Spatial Properties Of Electrically Evoked Potentials Elicited By Penetrative Stimulation Of Opitc Nerve

The research of using visual prosthesis based on electrical stimulation to restore vision for the blind has received a world-wide interest. Our research group proposed a novel visual prosthesis based on optic nerve stimulation with penetrating micro-electrode array.

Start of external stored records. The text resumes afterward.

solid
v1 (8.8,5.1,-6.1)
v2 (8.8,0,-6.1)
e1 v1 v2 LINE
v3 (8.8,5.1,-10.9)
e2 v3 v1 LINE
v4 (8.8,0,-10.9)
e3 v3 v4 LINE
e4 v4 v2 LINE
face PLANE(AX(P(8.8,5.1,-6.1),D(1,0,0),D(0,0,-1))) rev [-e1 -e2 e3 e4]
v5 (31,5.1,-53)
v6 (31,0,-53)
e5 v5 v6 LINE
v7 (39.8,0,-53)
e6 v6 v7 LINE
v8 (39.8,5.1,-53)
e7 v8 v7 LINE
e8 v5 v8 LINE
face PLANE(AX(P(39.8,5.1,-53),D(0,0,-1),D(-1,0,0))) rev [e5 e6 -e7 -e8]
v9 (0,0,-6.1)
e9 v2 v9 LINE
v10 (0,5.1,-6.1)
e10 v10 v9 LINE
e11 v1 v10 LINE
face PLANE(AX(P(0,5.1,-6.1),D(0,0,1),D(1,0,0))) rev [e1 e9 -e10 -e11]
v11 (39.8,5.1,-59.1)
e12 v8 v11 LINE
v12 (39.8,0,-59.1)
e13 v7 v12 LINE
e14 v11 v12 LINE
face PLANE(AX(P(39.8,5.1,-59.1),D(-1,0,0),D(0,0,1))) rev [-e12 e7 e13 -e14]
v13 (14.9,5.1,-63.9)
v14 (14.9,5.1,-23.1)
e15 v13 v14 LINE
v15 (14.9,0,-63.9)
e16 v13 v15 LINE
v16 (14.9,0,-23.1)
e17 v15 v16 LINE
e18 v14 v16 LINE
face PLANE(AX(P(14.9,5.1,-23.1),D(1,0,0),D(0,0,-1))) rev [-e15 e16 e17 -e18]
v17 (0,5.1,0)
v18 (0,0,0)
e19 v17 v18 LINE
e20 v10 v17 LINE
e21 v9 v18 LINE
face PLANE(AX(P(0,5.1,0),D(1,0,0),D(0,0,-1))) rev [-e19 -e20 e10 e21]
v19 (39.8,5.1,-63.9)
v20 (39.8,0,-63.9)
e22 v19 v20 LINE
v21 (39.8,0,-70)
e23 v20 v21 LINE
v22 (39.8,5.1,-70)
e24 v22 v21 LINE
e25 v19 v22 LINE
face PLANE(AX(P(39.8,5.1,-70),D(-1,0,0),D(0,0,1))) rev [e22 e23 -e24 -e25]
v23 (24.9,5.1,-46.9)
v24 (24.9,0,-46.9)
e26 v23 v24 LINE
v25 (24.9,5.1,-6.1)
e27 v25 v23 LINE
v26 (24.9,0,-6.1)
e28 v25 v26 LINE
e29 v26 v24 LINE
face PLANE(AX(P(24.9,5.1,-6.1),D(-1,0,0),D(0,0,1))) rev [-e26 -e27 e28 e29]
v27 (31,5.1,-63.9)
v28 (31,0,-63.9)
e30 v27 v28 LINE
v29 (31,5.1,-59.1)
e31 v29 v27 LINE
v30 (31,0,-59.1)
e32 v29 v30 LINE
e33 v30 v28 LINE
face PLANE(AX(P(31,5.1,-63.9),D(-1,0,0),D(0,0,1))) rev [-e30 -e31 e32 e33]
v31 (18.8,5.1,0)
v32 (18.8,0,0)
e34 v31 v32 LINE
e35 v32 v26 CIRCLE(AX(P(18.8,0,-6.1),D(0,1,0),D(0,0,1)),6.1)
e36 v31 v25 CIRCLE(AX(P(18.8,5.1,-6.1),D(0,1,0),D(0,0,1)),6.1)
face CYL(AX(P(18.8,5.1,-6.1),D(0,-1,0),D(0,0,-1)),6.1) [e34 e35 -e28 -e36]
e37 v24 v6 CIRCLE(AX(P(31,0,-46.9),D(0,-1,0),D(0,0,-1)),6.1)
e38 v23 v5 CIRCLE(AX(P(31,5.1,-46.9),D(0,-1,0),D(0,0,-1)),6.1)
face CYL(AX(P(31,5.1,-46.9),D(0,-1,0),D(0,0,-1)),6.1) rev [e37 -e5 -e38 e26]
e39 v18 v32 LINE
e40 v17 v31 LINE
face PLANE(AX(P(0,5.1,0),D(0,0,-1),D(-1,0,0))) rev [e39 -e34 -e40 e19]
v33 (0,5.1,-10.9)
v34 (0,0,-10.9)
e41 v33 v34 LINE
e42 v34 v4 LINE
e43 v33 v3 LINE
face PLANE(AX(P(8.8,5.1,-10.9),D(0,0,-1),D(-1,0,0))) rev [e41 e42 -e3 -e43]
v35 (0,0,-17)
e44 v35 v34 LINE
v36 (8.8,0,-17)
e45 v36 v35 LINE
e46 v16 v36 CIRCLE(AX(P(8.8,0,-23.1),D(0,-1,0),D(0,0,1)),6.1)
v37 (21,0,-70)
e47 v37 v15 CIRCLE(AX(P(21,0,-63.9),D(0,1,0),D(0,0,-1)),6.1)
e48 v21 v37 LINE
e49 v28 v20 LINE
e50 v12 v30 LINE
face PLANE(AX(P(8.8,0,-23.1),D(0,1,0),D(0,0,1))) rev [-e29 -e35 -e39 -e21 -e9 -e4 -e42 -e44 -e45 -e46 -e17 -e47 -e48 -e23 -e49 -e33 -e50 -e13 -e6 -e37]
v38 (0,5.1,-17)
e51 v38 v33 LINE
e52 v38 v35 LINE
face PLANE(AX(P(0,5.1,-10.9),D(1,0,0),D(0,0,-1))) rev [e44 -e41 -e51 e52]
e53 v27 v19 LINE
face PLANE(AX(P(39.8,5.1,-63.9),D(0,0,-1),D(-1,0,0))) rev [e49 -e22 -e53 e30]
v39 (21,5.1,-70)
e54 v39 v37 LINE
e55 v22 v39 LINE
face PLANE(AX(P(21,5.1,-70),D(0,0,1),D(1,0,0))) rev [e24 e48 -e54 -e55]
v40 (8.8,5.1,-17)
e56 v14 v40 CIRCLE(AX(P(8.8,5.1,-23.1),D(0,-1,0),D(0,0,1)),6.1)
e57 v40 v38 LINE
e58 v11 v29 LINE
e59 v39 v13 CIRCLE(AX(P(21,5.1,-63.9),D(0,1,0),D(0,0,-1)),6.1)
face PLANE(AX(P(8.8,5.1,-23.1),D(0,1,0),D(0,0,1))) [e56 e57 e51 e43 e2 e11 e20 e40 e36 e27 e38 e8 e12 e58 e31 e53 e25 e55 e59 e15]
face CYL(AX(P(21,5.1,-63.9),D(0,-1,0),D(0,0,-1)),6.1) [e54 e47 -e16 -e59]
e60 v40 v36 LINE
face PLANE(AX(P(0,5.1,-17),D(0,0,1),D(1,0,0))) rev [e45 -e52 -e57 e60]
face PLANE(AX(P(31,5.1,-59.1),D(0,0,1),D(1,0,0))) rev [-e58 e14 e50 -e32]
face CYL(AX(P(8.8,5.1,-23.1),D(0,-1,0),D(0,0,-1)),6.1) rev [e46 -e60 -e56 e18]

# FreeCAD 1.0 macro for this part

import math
import FreeCAD as App
import Part
import Sketcher

V = App.Vector

doc = App.newDocument("Part")
body = doc.addObject("PartDesign::Body", "Body")

sketch1 = body.newObject("Sketcher::SketchObject", "Sketch")
sketch1.AttachmentSupport = (doc.getObject("XZ_Plane"), [""])
sketch1.MapMode = "FlatFace"
sketch1.addGeometry(Part.LineSegment(V(0, 0, 0), V(18.8, 0, 0)), False)
sketch1.addGeometry(Part.ArcOfCircle(Part.Circle(V(18.8, -6.1, 0), V(0, 0, 1), 6.1), math.radians(0), math.radians(90)), False)
sketch1.addGeometry(Part.LineSegment(V(24.9, -6.1, 0), V(24.9, -46.9, 0)), False)
sketch1.addGeometry(Part.ArcOfCircle(Part.Circle(V(31, -46.9, 0), V(0, 0, 1), 6.1), math.radians(-180), math.radians(-90)), False)
sketch1.addGeometry(Part.LineSegment(V(31, -53, 0), V(39.8, -53, 0)), False)
sketch1.addGeometry(Part.LineSegment(V(39.8, -53, 0), V(39.8, -59.1, 0)), False)
sketch1.addGeometry(Part.LineSegment(V(39.8, -59.1, 0), V(31, -59.1, 0)), False)
sketch1.addGeometry(Part.LineSegment(V(31, -59.1, 0), V(31, -63.9, 0)), False)
sketch1.addGeometry(Part.LineSegment(V(31, -63.9, 0), V(39.8, -63.9, 0)), False)
sketch1.addGeometry(Part.LineSegment(V(39.8, -63.9, 0), V(39.8, -70, 0)), False)
sketch1.addGeometry(Part.LineSegment(V(39.8, -70, 0), V(21, -70, 0)), False)
sketch1.addGeometry(Part.ArcOfCircle(Part.Circle(V(21, -63.9, 0), V(0, 0, 1), 6.1), math.radians(-180), math.radians(-90)), False)
sketch1.addGeometry(Part.LineSegment(V(14.9, -63.9, 0), V(14.9, -23.1, 0)), False)
sketch1.addGeometry(Part.ArcOfCircle(Part.Circle(V(8.8, -23.1, 0), V(0, 0, 1), 6.1), math.radians(0), math.radians(90)), False)
sketch1.addGeometry(Part.LineSegment(V(8.8, -17, 0), V(0, -17, 0)), False)
sketch1.addGeometry(Part.LineSegment(V(0, -17, 0), V(0, -10.9, 0)), False)
sketch1.addGeometry(Part.LineSegment(V(0, -10.9, 0), V(8.8, -10.9, 0)), False)
sketch1.addGeometry(Part.LineSegment(V(8.8, -10.9, 0), V(8.8, -6.1, 0)), False)
sketch1.addGeometry(Part.LineSegment(V(8.8, -6.1, 0), V(0, -6.1, 0)), False)
sketch1.addGeometry(Part.LineSegment(V(0, -6.1, 0), V(0, 0, 0)), False)
sketch1.addConstraint(Sketcher.Constraint("Tangent", 0, 2, 1, 2))
sketch1.addConstraint(Sketcher.Constraint("Tangent", 1, 1, 2, 1))
sketch1.addConstraint(Sketcher.Constraint("Tangent", 2, 2, 3, 1))
sketch1.addConstraint(Sketcher.Constraint("Tangent", 3, 2, 4, 1))
sketch1.addConstraint(Sketcher.Constraint("Coincident", 4, 2, 5, 1))
sketch1.addConstraint(Sketcher.Constraint("Coincident", 5, 2, 6, 1))
sketch1.addConstraint(Sketcher.Constraint("Coincident", 6, 2, 7, 1))
sketch1.addConstraint(Sketcher.Constraint("Coincident", 7, 2, 8, 1))
sketch1.addConstraint(Sketcher.Constraint("Coincident", 8, 2, 9, 1))
sketch1.addConstraint(Sketcher.Constraint("Coincident", 9, 2, 10, 1))
sketch1.addConstraint(Sketcher.Constraint("Tangent", 10, 2, 11, 2))
sketch1.addConstraint(Sketcher.Constraint("Tangent", 11, 1, 12, 1))
sketch1.addConstraint(Sketcher.Constraint("Tangent", 12, 2, 13, 1))
sketch1.addConstraint(Sketcher.Constraint("Tangent", 13, 2, 14, 1))
sketch1.addConstraint(Sketcher.Constraint("Coincident", 14, 2, 15, 1))
sketch1.addConstraint(Sketcher.Constraint("Coincident", 15, 2, 16, 1))
sketch1.addConstraint(Sketcher.Constraint("Coincident", 16, 2, 17, 1))
sketch1.addConstraint(Sketcher.Constraint("Coincident", 17, 2, 18, 1))
sketch1.addConstraint(Sketcher.Constraint("Coincident", 18, 2, 19, 1))
sketch1.addConstraint(Sketcher.Constraint("Coincident", 19, 2, 0, 1))
sketch1.addConstraint(Sketcher.Constraint("Horizontal", 0))
sketch1.addConstraint(Sketcher.Constraint("Vertical", 2))
sketch1.addConstraint(Sketcher.Constraint("Horizontal", 4))
sketch1.addConstraint(Sketcher.Constraint("Vertical", 5))
sketch1.addConstraint(Sketcher.Constraint("Horizontal", 6))
sketch1.addConstraint(Sketcher.Constraint("Vertical", 7))
sketch1.addConstraint(Sketcher.Constraint("Horizontal", 8))
sketch1.addConstraint(Sketcher.Constraint("Vertical", 9))
sketch1.addConstraint(Sketcher.Constraint("Horizontal", 10))
sketch1.addConstraint(Sketcher.Constraint("Vertical", 12))
sketch1.addConstraint(Sketcher.Constraint("Horizontal", 14))
sketch1.addConstraint(Sketcher.Constraint("Vertical", 15))
sketch1.addConstraint(Sketcher.Constraint("Horizontal", 16))
sketch1.addConstraint(Sketcher.Constraint("Vertical", 17))
sketch1.addConstraint(Sketcher.Constraint("Horizontal", 18))
sketch1.addConstraint(Sketcher.Constraint("Vertical", 19))
sketch1.addConstraint(Sketcher.Constraint("Coincident", 19, 2, -1, 1))
sketch1.addConstraint(Sketcher.Constraint("Equal", 1, 3))
sketch1.addConstraint(Sketcher.Constraint("Equal", 3, 11))
sketch1.addConstraint(Sketcher.Constraint("Equal", 11, 13))
sketch1.addConstraint(Sketcher.Constraint("PointOnObject", 14, 2, -2))
sketch1.addConstraint(Sketcher.Constraint("Horizontal", 11, 3, 7, 2))
sketch1.addConstraint(Sketcher.Constraint("Horizontal", 1, 1, 17, 2))
sketch1.addConstraint(Sketcher.Constraint("Vertical", 3, 2, 6, 2))
sketch1.addConstraint(Sketcher.Constraint("Vertical", 5, 2, 8, 2))
sketch1.addConstraint(Sketcher.Constraint("Vertical", 13, 2, 16, 2))
sketch1.addConstraint(Sketcher.Constraint("Equal", 0, 10))
sketch1.addConstraint(Sketcher.Constraint("Equal", 5, 9))
sketch1.addConstraint(Sketcher.Constraint("Equal", 2, 12))
sketch1.addConstraint(Sketcher.Constraint("Equal", 9, 15))
sketch1.addConstraint(Sketcher.Constraint("Radius", 1, 6.1))
sketch1.addConstraint(Sketcher.Constraint("DistanceX", 0, 1, 0, 2, 18.8))
sketch1.addConstraint(Sketcher.Constraint("DistanceX", 4, 1, 4, 2, 8.8))
sketch1.addConstraint(Sketcher.Constraint("DistanceY", 2, 2, 2, 1, 40.8))
sketch1.addConstraint(Sketcher.Constraint("DistanceY", 7, 2, 7, 1, 4.8))
pad1 = body.newObject("PartDesign::Pad", "Pad")
pad1.Profile = sketch1
pad1.Length = 5.1
pad1.Reversed = True

doc.recompute()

Based on demonstrating the feasibility and validity of this new type of optic nerve visual prosthesis, spatial properties of the electrically evoked potential (EEP) elicited by penetrating stimulation in optic nerve were investigated in this study.Main contents of this research include: the investigation of the visual system of the animal model; the construction of electrophysiological platform and the fabrication of the stimulating and recording electrodes; the investigation of the spatial properties of the EEP; the temporal differentiability of the EEP. The results in this study indicated that the spatial distributions of EEP in visual cortex demonstrated distinctively different properties when different stimulated site or stimulation mode (monopolar and bipolar) were used. The electrode pair parallel inserted into the temporal optic nerve could elicit a distinguished EEP using relatively lower stimulus intensity and provide appropriate spatial selectivity. The interval of the two continuous stimulating pulses should be set larger than 30ms for the visual cortex to differentiate them.The novelty of this research is the first time of investigating the spatial properties of the EEPs under the monopolar and bipolar electrical stimulation mode applied to the optic nerve, which can provide experimental data for the design of the electrical stimulation mode of the optic nerve visual prosthesis.